RECORDS FOR THE TASK START

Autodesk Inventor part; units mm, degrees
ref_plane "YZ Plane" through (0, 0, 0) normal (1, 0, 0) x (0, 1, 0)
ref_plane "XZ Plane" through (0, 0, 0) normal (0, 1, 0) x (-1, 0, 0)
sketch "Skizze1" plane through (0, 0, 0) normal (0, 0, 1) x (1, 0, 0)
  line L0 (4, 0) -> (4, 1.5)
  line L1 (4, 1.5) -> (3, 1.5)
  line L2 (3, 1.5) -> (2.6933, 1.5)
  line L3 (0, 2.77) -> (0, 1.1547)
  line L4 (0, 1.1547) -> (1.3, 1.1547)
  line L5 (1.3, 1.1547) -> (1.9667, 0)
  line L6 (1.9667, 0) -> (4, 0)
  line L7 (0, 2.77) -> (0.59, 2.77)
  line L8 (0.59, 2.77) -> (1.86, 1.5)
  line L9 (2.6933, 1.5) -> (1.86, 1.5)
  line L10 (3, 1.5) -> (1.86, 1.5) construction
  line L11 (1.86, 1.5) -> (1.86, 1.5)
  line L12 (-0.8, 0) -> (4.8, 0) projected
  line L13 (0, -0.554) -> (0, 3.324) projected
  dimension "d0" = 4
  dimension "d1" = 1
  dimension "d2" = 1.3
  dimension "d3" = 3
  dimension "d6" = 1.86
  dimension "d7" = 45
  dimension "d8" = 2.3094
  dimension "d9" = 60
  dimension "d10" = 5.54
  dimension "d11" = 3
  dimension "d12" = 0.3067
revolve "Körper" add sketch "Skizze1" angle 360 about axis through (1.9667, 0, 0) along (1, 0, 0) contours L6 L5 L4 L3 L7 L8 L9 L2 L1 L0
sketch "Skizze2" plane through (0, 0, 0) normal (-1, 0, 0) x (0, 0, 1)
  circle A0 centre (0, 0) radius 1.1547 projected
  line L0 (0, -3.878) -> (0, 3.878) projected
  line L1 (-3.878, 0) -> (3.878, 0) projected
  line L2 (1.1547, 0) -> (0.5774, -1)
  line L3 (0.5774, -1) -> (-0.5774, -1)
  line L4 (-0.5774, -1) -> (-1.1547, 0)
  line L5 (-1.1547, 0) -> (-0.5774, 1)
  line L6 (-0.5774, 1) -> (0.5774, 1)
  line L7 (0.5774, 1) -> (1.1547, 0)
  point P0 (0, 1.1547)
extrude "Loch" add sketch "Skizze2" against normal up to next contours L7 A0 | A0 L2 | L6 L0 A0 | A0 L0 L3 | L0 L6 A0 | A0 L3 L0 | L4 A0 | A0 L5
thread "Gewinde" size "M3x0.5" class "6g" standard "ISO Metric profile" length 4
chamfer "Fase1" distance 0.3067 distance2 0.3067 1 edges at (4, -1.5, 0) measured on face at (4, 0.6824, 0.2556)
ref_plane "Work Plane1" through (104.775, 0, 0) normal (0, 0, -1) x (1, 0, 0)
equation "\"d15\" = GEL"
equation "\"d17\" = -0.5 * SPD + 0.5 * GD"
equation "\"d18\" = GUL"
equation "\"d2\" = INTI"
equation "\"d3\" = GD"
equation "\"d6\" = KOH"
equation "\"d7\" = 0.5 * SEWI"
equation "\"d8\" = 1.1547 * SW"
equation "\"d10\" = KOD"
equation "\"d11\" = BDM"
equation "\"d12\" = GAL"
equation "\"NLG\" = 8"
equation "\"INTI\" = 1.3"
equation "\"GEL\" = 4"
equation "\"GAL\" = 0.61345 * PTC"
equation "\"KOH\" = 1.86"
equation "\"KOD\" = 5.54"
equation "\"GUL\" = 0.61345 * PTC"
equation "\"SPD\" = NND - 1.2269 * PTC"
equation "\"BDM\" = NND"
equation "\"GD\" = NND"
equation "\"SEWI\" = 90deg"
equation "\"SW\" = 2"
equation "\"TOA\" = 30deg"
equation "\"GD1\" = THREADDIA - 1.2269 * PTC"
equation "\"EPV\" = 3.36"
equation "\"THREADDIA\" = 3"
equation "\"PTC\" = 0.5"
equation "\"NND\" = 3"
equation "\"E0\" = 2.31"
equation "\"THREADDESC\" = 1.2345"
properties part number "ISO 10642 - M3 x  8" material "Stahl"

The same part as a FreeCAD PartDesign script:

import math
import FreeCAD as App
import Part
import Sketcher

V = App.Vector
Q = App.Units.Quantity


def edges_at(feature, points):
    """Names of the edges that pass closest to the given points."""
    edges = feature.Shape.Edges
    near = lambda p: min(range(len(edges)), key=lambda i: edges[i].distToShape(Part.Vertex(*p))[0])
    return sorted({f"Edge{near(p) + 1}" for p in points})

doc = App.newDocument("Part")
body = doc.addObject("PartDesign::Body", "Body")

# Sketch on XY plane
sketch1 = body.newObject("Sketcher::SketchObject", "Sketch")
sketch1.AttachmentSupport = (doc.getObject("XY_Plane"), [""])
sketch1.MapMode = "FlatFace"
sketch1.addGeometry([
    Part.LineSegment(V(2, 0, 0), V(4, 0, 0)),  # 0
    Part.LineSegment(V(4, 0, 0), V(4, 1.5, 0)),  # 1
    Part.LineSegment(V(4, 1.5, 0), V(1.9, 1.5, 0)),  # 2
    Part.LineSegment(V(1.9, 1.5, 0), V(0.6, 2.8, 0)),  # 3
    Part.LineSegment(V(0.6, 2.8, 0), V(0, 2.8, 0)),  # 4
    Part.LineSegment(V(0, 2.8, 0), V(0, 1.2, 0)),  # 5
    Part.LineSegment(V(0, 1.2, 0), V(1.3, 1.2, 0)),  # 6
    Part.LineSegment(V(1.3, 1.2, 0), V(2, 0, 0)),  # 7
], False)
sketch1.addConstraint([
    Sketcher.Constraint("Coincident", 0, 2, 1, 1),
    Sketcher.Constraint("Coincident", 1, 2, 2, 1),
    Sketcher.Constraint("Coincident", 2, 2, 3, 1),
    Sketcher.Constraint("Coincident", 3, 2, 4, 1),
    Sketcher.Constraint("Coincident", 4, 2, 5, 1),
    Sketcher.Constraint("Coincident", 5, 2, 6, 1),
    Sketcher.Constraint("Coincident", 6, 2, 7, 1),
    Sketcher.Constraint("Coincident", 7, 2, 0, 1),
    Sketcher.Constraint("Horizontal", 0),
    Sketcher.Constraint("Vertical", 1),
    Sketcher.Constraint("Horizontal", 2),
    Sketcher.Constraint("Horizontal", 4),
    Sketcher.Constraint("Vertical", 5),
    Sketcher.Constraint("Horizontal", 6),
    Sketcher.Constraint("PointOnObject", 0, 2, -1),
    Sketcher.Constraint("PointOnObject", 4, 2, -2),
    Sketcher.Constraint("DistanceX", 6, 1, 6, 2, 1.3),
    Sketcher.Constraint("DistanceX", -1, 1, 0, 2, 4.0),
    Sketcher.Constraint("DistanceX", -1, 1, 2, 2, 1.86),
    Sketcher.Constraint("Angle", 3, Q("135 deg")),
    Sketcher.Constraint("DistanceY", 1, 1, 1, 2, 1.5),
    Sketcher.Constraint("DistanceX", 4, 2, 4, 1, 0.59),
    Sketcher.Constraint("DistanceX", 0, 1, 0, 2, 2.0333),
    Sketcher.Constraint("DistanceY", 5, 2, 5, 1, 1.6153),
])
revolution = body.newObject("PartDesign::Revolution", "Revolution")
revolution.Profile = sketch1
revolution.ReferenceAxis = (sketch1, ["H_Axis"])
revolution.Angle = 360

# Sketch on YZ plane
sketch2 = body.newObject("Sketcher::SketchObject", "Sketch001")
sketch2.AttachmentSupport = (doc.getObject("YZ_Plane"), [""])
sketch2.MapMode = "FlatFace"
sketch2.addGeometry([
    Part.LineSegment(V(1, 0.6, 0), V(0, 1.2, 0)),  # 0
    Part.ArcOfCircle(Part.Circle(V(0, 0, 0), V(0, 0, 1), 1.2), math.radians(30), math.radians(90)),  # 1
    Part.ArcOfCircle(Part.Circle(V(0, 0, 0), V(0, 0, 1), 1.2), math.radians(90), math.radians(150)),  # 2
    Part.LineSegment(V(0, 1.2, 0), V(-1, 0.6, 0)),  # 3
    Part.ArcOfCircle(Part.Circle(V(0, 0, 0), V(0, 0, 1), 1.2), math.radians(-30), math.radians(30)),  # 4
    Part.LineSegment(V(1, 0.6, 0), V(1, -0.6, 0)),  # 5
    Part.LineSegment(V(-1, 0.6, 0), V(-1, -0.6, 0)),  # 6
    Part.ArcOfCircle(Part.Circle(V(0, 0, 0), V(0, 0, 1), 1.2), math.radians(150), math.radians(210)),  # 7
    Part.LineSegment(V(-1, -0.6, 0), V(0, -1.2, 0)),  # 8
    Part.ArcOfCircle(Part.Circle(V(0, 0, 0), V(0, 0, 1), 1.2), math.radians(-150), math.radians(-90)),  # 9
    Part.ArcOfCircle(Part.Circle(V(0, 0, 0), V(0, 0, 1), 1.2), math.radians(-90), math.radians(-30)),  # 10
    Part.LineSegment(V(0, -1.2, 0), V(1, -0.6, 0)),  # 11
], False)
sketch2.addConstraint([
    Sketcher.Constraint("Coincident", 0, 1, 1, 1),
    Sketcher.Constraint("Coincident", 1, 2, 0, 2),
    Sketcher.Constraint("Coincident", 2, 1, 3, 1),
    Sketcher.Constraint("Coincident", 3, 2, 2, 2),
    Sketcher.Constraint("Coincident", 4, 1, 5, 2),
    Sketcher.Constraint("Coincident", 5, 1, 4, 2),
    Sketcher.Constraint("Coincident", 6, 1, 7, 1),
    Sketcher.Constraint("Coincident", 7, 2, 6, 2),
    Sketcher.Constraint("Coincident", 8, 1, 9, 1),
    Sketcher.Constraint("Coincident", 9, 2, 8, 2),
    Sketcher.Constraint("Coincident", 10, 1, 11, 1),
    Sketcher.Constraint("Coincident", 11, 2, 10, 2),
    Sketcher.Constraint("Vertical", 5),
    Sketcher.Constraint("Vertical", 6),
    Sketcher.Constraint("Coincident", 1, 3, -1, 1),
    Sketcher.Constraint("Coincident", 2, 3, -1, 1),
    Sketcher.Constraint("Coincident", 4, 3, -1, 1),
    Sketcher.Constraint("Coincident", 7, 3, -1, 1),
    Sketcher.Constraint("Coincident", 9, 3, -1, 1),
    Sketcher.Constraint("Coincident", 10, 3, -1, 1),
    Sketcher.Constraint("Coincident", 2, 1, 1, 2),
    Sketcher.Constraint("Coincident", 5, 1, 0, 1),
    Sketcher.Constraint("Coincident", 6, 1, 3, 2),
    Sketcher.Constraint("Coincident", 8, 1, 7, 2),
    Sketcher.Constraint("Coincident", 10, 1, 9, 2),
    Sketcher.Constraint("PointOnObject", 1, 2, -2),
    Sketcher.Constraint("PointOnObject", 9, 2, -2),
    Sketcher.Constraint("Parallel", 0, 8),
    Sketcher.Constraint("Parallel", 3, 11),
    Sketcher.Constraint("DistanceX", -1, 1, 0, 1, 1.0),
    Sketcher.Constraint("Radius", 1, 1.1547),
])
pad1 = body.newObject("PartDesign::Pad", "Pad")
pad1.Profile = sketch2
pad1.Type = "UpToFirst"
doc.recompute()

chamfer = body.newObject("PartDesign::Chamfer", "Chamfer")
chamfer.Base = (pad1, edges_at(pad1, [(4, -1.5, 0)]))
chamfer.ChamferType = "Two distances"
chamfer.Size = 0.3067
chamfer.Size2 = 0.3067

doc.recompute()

RECORDS FOR THE TASK END
RECORDS FOR THE TASK START

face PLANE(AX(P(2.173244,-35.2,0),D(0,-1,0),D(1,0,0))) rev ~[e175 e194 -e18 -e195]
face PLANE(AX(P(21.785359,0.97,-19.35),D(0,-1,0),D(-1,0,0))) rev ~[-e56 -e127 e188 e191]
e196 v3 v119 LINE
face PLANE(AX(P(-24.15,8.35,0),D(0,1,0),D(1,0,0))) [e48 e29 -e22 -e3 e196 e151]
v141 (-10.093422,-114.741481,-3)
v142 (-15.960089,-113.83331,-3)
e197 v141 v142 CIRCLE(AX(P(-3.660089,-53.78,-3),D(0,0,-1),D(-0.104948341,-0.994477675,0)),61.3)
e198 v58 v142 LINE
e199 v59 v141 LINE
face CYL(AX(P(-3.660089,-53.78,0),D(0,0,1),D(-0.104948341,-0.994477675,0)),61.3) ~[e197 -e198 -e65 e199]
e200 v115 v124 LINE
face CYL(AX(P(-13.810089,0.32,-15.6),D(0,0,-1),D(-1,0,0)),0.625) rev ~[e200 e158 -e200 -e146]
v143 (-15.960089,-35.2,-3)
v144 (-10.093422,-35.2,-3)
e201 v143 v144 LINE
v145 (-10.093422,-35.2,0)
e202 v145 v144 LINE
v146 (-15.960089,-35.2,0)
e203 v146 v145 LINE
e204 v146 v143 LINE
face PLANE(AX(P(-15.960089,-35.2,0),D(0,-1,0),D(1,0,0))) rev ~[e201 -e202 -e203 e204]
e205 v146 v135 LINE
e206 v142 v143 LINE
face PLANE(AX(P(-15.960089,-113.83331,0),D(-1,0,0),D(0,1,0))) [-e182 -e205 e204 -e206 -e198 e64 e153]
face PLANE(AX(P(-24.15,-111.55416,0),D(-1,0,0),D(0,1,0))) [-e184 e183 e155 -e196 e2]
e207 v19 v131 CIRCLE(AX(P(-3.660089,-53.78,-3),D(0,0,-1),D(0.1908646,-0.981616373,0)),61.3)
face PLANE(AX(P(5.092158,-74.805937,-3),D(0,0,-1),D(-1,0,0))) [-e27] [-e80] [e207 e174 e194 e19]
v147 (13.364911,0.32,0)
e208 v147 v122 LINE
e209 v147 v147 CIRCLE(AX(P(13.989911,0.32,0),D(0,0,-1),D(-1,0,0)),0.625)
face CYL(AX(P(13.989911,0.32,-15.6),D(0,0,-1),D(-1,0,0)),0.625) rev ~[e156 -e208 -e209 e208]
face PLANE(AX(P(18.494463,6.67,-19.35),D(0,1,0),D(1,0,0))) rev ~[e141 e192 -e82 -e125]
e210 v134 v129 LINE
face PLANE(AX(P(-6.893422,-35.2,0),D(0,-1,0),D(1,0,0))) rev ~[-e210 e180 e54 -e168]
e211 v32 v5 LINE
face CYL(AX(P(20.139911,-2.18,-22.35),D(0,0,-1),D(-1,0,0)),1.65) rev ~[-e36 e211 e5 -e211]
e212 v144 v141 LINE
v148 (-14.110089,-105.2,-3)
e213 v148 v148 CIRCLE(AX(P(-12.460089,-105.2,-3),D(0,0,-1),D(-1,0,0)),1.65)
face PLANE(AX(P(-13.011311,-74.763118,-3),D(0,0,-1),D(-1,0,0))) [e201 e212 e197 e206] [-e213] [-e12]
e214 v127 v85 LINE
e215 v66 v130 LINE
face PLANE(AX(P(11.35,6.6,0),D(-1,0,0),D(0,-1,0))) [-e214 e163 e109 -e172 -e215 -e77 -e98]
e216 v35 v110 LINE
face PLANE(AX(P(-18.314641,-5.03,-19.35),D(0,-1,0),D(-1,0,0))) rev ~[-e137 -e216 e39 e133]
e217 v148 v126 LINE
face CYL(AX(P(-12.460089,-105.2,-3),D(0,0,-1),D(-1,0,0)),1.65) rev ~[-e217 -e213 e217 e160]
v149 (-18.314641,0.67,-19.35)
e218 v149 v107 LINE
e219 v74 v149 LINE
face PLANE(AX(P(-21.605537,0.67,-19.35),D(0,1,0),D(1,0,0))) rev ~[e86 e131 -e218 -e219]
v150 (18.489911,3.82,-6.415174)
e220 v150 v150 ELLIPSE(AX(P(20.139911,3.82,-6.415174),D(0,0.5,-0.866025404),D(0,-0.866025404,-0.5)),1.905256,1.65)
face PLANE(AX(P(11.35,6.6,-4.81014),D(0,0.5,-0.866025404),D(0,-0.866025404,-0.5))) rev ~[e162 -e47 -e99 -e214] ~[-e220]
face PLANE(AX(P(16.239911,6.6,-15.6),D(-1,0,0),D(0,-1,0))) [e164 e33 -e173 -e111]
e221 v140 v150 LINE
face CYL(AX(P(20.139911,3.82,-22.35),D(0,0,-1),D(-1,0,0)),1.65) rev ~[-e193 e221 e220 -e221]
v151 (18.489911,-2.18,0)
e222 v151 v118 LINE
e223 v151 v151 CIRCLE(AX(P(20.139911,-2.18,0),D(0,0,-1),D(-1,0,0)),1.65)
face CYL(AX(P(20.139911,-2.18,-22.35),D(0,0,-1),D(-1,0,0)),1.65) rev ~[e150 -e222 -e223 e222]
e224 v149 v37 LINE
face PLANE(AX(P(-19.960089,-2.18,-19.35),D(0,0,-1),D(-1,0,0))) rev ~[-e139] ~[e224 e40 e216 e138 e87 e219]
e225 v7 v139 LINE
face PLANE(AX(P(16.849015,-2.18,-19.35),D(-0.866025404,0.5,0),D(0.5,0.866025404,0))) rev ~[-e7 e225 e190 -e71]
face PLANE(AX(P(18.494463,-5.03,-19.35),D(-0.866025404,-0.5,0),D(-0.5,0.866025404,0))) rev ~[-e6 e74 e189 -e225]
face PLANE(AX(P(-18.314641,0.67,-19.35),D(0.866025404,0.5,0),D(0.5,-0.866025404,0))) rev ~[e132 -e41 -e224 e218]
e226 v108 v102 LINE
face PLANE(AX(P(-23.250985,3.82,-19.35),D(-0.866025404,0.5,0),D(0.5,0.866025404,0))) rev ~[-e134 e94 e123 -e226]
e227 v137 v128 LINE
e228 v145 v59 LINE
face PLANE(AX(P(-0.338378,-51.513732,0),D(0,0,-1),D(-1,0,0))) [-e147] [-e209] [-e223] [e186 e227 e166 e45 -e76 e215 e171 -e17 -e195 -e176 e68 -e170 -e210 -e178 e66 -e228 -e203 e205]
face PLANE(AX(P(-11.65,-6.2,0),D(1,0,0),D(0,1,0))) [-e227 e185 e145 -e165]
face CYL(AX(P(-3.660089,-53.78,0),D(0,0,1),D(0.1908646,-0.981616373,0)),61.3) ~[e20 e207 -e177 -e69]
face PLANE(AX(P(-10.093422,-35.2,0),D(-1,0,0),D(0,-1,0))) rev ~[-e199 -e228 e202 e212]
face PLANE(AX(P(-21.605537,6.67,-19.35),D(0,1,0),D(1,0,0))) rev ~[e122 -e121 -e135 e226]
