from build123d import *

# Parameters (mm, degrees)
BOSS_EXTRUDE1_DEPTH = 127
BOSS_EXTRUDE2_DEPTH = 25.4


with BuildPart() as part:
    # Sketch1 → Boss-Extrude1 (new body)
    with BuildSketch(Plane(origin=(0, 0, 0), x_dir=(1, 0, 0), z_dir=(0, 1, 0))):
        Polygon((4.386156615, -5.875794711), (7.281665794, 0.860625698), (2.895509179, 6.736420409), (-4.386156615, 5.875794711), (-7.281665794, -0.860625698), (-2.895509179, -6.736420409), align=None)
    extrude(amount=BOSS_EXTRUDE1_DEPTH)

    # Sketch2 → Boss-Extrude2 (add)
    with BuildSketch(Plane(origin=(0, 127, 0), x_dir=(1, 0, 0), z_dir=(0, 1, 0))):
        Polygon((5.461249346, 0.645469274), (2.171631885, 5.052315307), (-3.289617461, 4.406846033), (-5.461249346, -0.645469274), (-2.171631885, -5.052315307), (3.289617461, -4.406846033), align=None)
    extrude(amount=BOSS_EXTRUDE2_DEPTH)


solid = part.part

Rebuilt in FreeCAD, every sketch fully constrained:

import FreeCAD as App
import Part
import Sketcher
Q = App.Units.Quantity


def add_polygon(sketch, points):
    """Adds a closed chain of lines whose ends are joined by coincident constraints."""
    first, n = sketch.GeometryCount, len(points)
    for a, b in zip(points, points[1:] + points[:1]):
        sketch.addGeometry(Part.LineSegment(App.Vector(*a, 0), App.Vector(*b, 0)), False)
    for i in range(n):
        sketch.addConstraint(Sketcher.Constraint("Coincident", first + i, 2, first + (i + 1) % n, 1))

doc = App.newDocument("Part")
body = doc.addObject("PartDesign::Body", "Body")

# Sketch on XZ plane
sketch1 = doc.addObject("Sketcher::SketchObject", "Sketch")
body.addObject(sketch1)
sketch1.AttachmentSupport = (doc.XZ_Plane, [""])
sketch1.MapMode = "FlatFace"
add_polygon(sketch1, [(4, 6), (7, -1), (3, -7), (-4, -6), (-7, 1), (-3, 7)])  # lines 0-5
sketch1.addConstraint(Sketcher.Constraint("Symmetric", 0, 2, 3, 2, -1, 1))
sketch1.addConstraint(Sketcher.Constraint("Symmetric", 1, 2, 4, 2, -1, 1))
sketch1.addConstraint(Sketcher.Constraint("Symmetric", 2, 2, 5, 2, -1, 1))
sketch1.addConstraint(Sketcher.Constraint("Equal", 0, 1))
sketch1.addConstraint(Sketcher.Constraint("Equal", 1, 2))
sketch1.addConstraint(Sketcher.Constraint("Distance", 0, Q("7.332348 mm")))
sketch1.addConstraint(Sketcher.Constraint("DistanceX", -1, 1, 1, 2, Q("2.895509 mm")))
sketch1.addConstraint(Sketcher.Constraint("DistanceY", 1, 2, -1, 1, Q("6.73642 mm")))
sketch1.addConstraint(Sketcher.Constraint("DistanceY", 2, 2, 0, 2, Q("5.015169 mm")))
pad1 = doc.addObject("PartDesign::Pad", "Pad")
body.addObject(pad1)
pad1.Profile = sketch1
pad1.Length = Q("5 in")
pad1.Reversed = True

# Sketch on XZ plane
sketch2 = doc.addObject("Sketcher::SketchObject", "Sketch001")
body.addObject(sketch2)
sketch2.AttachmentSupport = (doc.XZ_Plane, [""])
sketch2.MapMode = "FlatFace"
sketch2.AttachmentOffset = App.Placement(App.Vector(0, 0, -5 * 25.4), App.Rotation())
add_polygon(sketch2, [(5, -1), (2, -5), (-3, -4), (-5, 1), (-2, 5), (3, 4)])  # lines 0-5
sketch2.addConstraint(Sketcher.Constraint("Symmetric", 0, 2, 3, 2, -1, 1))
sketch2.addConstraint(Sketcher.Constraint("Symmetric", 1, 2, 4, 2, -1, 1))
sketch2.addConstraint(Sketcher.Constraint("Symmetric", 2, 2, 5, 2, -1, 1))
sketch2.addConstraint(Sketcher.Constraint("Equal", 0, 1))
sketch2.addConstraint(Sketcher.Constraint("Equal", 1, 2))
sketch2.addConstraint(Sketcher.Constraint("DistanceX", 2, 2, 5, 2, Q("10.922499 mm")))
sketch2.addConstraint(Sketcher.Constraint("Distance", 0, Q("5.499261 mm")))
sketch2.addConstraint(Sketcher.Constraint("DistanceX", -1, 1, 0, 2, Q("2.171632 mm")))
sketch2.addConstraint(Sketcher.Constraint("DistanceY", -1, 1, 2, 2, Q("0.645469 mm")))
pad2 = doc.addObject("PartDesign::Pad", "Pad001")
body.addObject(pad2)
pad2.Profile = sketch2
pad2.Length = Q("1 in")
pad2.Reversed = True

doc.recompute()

RECORDS FOR THE TASK END

Only lines with the word "amount" are wanted, so copy each one from the records.

    extrude(amount=BOSS_EXTRUDE1_DEPTH)
    extrude(amount=BOSS_EXTRUDE2_DEPTH)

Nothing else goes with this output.